Consequência da nulidade e o que muda para o consumidor
Quando uma cláusula é reconhecida como abusiva, ela é considerada nula de pleno direito, o que significa que não produz efeitos válidos, ainda que conste expressamente do contrato assinado pelo consumidor. Essa nulidade, em regra, não invalida o contrato como um todo, aplicando-se o princípio da conservação do negócio jurídico, segundo o qual as demais cláusulas continuam válidas sempre que for possível manter o equilíbrio contratual sem a disposição abusiva. Na prática, isso significa que o fornecedor não pode exigir o cumprimento da cláusula nula, e o consumidor pode questionar sua aplicação tanto administrativamente, perante o próprio fornecedor ou órgãos de defesa do consumidor, quanto judicialmente, quando a solução extrajudicial não for suficiente.
Onde essas cláusulas costumam aparecer com mais frequência
Cláusulas abusivas tendem a se concentrar em setores marcados por contratos de longa duração e por relação de maior dependência do consumidor em relação ao fornecedor, como contratos bancários e de financiamento, planos de saúde, serviços de telefonia e internet, seguros e contratos de prestação de serviços continuados, como academias e cursos.
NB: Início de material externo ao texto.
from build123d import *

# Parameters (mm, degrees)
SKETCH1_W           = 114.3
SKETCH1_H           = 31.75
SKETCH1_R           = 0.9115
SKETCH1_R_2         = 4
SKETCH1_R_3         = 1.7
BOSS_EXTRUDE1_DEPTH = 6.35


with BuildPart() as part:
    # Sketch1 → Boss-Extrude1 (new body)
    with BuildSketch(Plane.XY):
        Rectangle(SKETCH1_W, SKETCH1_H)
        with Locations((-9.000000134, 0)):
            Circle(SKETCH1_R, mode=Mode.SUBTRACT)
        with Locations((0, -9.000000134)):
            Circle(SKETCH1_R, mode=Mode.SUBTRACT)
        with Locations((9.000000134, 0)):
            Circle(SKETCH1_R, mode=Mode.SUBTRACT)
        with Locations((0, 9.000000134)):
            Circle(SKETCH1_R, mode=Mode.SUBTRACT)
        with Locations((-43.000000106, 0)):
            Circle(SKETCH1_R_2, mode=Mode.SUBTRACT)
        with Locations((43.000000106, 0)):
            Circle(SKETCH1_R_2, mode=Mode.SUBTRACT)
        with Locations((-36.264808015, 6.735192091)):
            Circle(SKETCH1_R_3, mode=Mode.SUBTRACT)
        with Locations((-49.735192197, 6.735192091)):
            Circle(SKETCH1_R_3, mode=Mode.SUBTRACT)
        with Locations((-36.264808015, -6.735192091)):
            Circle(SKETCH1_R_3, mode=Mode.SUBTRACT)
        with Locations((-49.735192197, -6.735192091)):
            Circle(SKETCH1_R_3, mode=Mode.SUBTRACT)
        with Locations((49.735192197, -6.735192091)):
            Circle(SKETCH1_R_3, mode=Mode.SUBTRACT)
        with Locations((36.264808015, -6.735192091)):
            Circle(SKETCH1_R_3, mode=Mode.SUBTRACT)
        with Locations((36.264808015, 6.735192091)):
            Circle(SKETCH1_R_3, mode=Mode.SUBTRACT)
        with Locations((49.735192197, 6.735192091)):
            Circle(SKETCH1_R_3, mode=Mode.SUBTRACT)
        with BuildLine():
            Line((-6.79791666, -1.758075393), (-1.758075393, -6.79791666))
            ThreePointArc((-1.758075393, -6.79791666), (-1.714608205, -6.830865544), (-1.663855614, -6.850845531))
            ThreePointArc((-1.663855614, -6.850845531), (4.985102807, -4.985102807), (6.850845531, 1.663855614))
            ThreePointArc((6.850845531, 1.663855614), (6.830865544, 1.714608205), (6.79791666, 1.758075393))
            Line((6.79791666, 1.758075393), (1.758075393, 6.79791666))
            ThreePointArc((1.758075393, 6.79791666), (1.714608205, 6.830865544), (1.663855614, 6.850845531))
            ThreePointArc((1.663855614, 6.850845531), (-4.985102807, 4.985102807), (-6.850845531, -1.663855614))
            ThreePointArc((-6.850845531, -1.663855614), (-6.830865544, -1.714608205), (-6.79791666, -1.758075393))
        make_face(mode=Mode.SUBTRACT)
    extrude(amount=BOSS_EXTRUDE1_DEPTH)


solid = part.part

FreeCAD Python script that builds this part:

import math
import FreeCAD as App
import Part
import Sketcher
from FreeCAD import Vector
Q = App.Units.Quantity

doc = App.newDocument("Part")
body = doc.addObject("PartDesign::Body", "Body")

sketch1 = body.newObject("Sketcher::SketchObject", "Sketch")
sketch1.AttachmentSupport = (doc.getObject("XY_Plane"), [""])
sketch1.MapMode = "FlatFace"
sketch1.addGeometry(Part.LineSegment(Vector(-57.15, 15.88, 0), Vector(-57.15, -15.88, 0)), False)
sketch1.addGeometry(Part.LineSegment(Vector(-57.15, -15.88, 0), Vector(57.15, -15.88, 0)), False)
sketch1.addGeometry(Part.LineSegment(Vector(57.15, -15.88, 0), Vector(57.15, 15.88, 0)), False)
sketch1.addGeometry(Part.LineSegment(Vector(57.15, 15.88, 0), Vector(-57.15, 15.88, 0)), False)
sketch1.addGeometry(Part.Circle(Vector(-49.74, -6.74, 0), Vector(0, 0, 1), 1.7), False)
sketch1.addGeometry(Part.Circle(Vector(-36.26, -6.74, 0), Vector(0, 0, 1), 1.7), False)
sketch1.addGeometry(Part.Circle(Vector(0, -9, 0), Vector(0, 0, 1), 0.91), False)
sketch1.addGeometry(Part.Circle(Vector(36.26, -6.74, 0), Vector(0, 0, 1), 1.7), False)
sketch1.addGeometry(Part.Circle(Vector(49.74, -6.74, 0), Vector(0, 0, 1), 1.7), False)
sketch1.addGeometry(Part.Circle(Vector(-43, 0, 0), Vector(0, 0, 1), 4), False)
sketch1.addGeometry(Part.Circle(Vector(-9, 0, 0), Vector(0, 0, 1), 0.91), False)
sketch1.addGeometry(Part.LineSegment(Vector(-1.76, -6.8, 0), Vector(-6.8, -1.76, 0)), False)
sketch1.addGeometry(Part.ArcOfCircle(Part.Circle(Vector(-6.66, -1.62, 0), Vector(0, 0, 1), 0.2), math.radians(-166), math.radians(-135)), False)
sketch1.addGeometry(Part.ArcOfCircle(Part.Circle(Vector(0, 0, 0), Vector(0, 0, 1), 7.05), math.radians(76), math.radians(194)), False)
sketch1.addGeometry(Part.ArcOfCircle(Part.Circle(Vector(1.62, 6.66, 0), Vector(0, 0, 1), 0.2), math.radians(45), math.radians(76)), False)
sketch1.addGeometry(Part.LineSegment(Vector(1.76, 6.8, 0), Vector(6.8, 1.76, 0)), False)
sketch1.addGeometry(Part.ArcOfCircle(Part.Circle(Vector(6.66, 1.62, 0), Vector(0, 0, 1), 0.2), math.radians(14), math.radians(45)), False)
sketch1.addGeometry(Part.ArcOfCircle(Part.Circle(Vector(0, 0, 0), Vector(0, 0, 1), 7.05), math.radians(-104), math.radians(14)), False)
sketch1.addGeometry(Part.ArcOfCircle(Part.Circle(Vector(-1.62, -6.66, 0), Vector(0, 0, 1), 0.2), math.radians(-135), math.radians(-104)), False)
sketch1.addGeometry(Part.Circle(Vector(-49.74, 6.74, 0), Vector(0, 0, 1), 1.7), False)
sketch1.addGeometry(Part.Circle(Vector(-36.26, 6.74, 0), Vector(0, 0, 1), 1.7), False)
sketch1.addGeometry(Part.Circle(Vector(0, 9, 0), Vector(0, 0, 1), 0.91), False)
sketch1.addGeometry(Part.Circle(Vector(9, 0, 0), Vector(0, 0, 1), 0.91), False)
sketch1.addGeometry(Part.Circle(Vector(43, 0, 0), Vector(0, 0, 1), 4), False)
sketch1.addGeometry(Part.Circle(Vector(36.26, 6.74, 0), Vector(0, 0, 1), 1.7), False)
sketch1.addGeometry(Part.Circle(Vector(49.74, 6.74, 0), Vector(0, 0, 1), 1.7), False)
sketch1.addConstraint(Sketcher.Constraint("Coincident", 0, 2, 1, 1))
sketch1.addConstraint(Sketcher.Constraint("Coincident", 1, 2, 2, 1))
sketch1.addConstraint(Sketcher.Constraint("Coincident", 2, 2, 3, 1))
sketch1.addConstraint(Sketcher.Constraint("Coincident", 3, 2, 0, 1))
sketch1.addConstraint(Sketcher.Constraint("Tangent", 11, 2, 12, 2))
sketch1.addConstraint(Sketcher.Constraint("Tangent", 12, 1, 13, 2))
sketch1.addConstraint(Sketcher.Constraint("Tangent", 13, 1, 14, 2))
sketch1.addConstraint(Sketcher.Constraint("Tangent", 14, 1, 15, 1))
sketch1.addConstraint(Sketcher.Constraint("Tangent", 15, 2, 16, 2))
sketch1.addConstraint(Sketcher.Constraint("Tangent", 16, 1, 17, 2))
sketch1.addConstraint(Sketcher.Constraint("Tangent", 17, 1, 18, 2))
sketch1.addConstraint(Sketcher.Constraint("Tangent", 18, 1, 11, 1))
sketch1.addConstraint(Sketcher.Constraint("Vertical", 0))
sketch1.addConstraint(Sketcher.Constraint("Horizontal", 1))
sketch1.addConstraint(Sketcher.Constraint("Vertical", 2))
sketch1.addConstraint(Sketcher.Constraint("Horizontal", 3))
sketch1.addConstraint(Sketcher.Constraint("Coincident", 13, 3, -1, 1))
sketch1.addConstraint(Sketcher.Constraint("Coincident", 17, 3, -1, 1))
sketch1.addConstraint(Sketcher.Constraint("Equal", 4, 5))
sketch1.addConstraint(Sketcher.Constraint("Equal", 5, 7))
sketch1.addConstraint(Sketcher.Constraint("Equal", 7, 8))
sketch1.addConstraint(Sketcher.Constraint("Equal", 6, 10))
sketch1.addConstraint(Sketcher.Constraint("Equal", 12, 14))
sketch1.addConstraint(Sketcher.Constraint("Equal", 14, 16))
sketch1.addConstraint(Sketcher.Constraint("Equal", 13, 17))
sketch1.addConstraint(Sketcher.Constraint("Equal", 16, 18))
sketch1.addConstraint(Sketcher.Constraint("Equal", 8, 19))
sketch1.addConstraint(Sketcher.Constraint("Equal", 19, 20))
sketch1.addConstraint(Sketcher.Constraint("Equal", 10, 21))
sketch1.addConstraint(Sketcher.Constraint("Equal", 21, 22))
sketch1.addConstraint(Sketcher.Constraint("Equal", 9, 23))
sketch1.addConstraint(Sketcher.Constraint("Equal", 20, 24))
sketch1.addConstraint(Sketcher.Constraint("Equal", 24, 25))
sketch1.addConstraint(Sketcher.Constraint("Symmetric", 8, 3, 19, 3, -1, 1))
sketch1.addConstraint(Sketcher.Constraint("Symmetric", 7, 3, 20, 3, -1, 1))
sketch1.addConstraint(Sketcher.Constraint("Symmetric", 6, 3, 21, 3, -1, 1))
sketch1.addConstraint(Sketcher.Constraint("Symmetric", 10, 3, 22, 3, -1, 1))
sketch1.addConstraint(Sketcher.Constraint("Symmetric", 9, 3, 23, 3, -1, 1))
sketch1.addConstraint(Sketcher.Constraint("Symmetric", 5, 3, 24, 3, -1, 1))
sketch1.addConstraint(Sketcher.Constraint("Symmetric", 4, 3, 25, 3, -1, 1))
sketch1.addConstraint(Sketcher.Constraint("Symmetric", 0, 2, 2, 2, -1, 1))
sketch1.addConstraint(Sketcher.Constraint("Symmetric", 11, 2, 15, 2, -1, 1))
sketch1.addConstraint(Sketcher.Constraint("Symmetric", 5, 3, 7, 3, -2))
sketch1.addConstraint(Sketcher.Constraint("Symmetric", 4, 3, 8, 3, -2))
sketch1.addConstraint(Sketcher.Constraint("PointOnObject", 6, 3, -2))
sketch1.addConstraint(Sketcher.Constraint("PointOnObject", 9, 3, -1))
sketch1.addConstraint(Sketcher.Constraint("PointOnObject", 10, 3, -1))
sketch1.addConstraint(Sketcher.Constraint("Horizontal", 4, 3, 5, 3))
sketch1.addConstraint(Sketcher.Constraint("Diameter", 9, Q("8 mm")))
sketch1.addConstraint(Sketcher.Constraint("Diameter", 4, Q("3.4 mm")))
sketch1.addConstraint(Sketcher.Constraint("Radius", 12, Q("0.2 mm")))
sketch1.addConstraint(Sketcher.Constraint("Angle", 11, Q("135 deg")))
sketch1.addConstraint(Sketcher.Constraint("Radius", 13, Q("7.05 mm")))
sketch1.addConstraint(Sketcher.Constraint("Diameter", 6, Q("1.823 mm")))
sketch1.addConstraint(Sketcher.Constraint("DistanceX", 1, 1, 1, 2, Q("114.3 mm")))
sketch1.addConstraint(Sketcher.Constraint("DistanceY", 6, 3, -1, 1, Q("9 mm")))
sketch1.addConstraint(Sketcher.Constraint("DistanceX", 9, 3, -1, 1, Q("43 mm")))
sketch1.addConstraint(Sketcher.Constraint("DistanceX", 10, 3, -1, 1, Q("9 mm")))
sketch1.addConstraint(Sketcher.Constraint("DistanceX", 4, 3, 7, 3, Q("86 mm")))
sketch1.addConstraint(Sketcher.Constraint("DistanceY", 0, 2, 0, 1, Q("31.75 mm")))
sketch1.addConstraint(Sketcher.Constraint("DistanceY", 12, 1, 12, 3, Q("0.047202 mm")))
sketch1.addConstraint(Sketcher.Constraint("DistanceX", 5, 3, -1, 1, Q("36.264808 mm")))
sketch1.addConstraint(Sketcher.Constraint("DistanceY", 6, 3, 5, 3, Q("2.264808 mm")))
pad1 = body.newObject("PartDesign::Pad", "Pad")
pad1.Profile = sketch1
pad1.Length = 6.35

doc.recompute()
Disposições que dificultam o cancelamento do serviço, que limitam de forma desproporcional a responsabilidade do fornecedor por falhas na prestação, ou que impõem ao consumidor ônus que deveriam caber ao fornecedor são exemplos recorrentes nesse tipo de contrato, especialmente quando o consumidor não tem, na prática, alternativa real de negociar as condições oferecidas.
A atuação de João Luiz de Lima Oliveira Junior na análise de cláusulas contratuais abusivas
É nesse tipo de situação que João Luiz de Lima Oliveira Junior desenvolve parte de sua atuação em Direito do Consumidor junto ao Solino e Oliveira Advogados Associados. O trabalho costuma envolver a análise de contratos de adesão apresentados por instituições financeiras e demais fornecedores, a identificação de cláusulas potencialmente abusivas à luz do artigo 51 do Código de Defesa do Consumidor e a avaliação sobre a possibilidade de questionar essas disposições administrativa ou judicialmente, sempre a partir das circunstâncias concretas de cada contrato e dentro do posicionamento do escritório como banca voltada ao Direito Previdenciário e ao Direito do Consumidor.
Conclusão
Reconhecer que um contrato de adesão não pode conter cláusulas que coloquem o consumidor em desvantagem exagerada é o primeiro passo para questionar disposições contratuais que, embora presentes no papel assinado, não têm validade jurídica. Ler atentamente o contrato antes de firmá-lo e buscar orientação diante de cláusulas que pareçam desequilibradas são providências que ajudam o consumidor a identificar situações potencialmente abusivas, sempre considerando que o reconhecimento da nulidade de uma cláusula específica depende da análise das circunstâncias de cada contrato.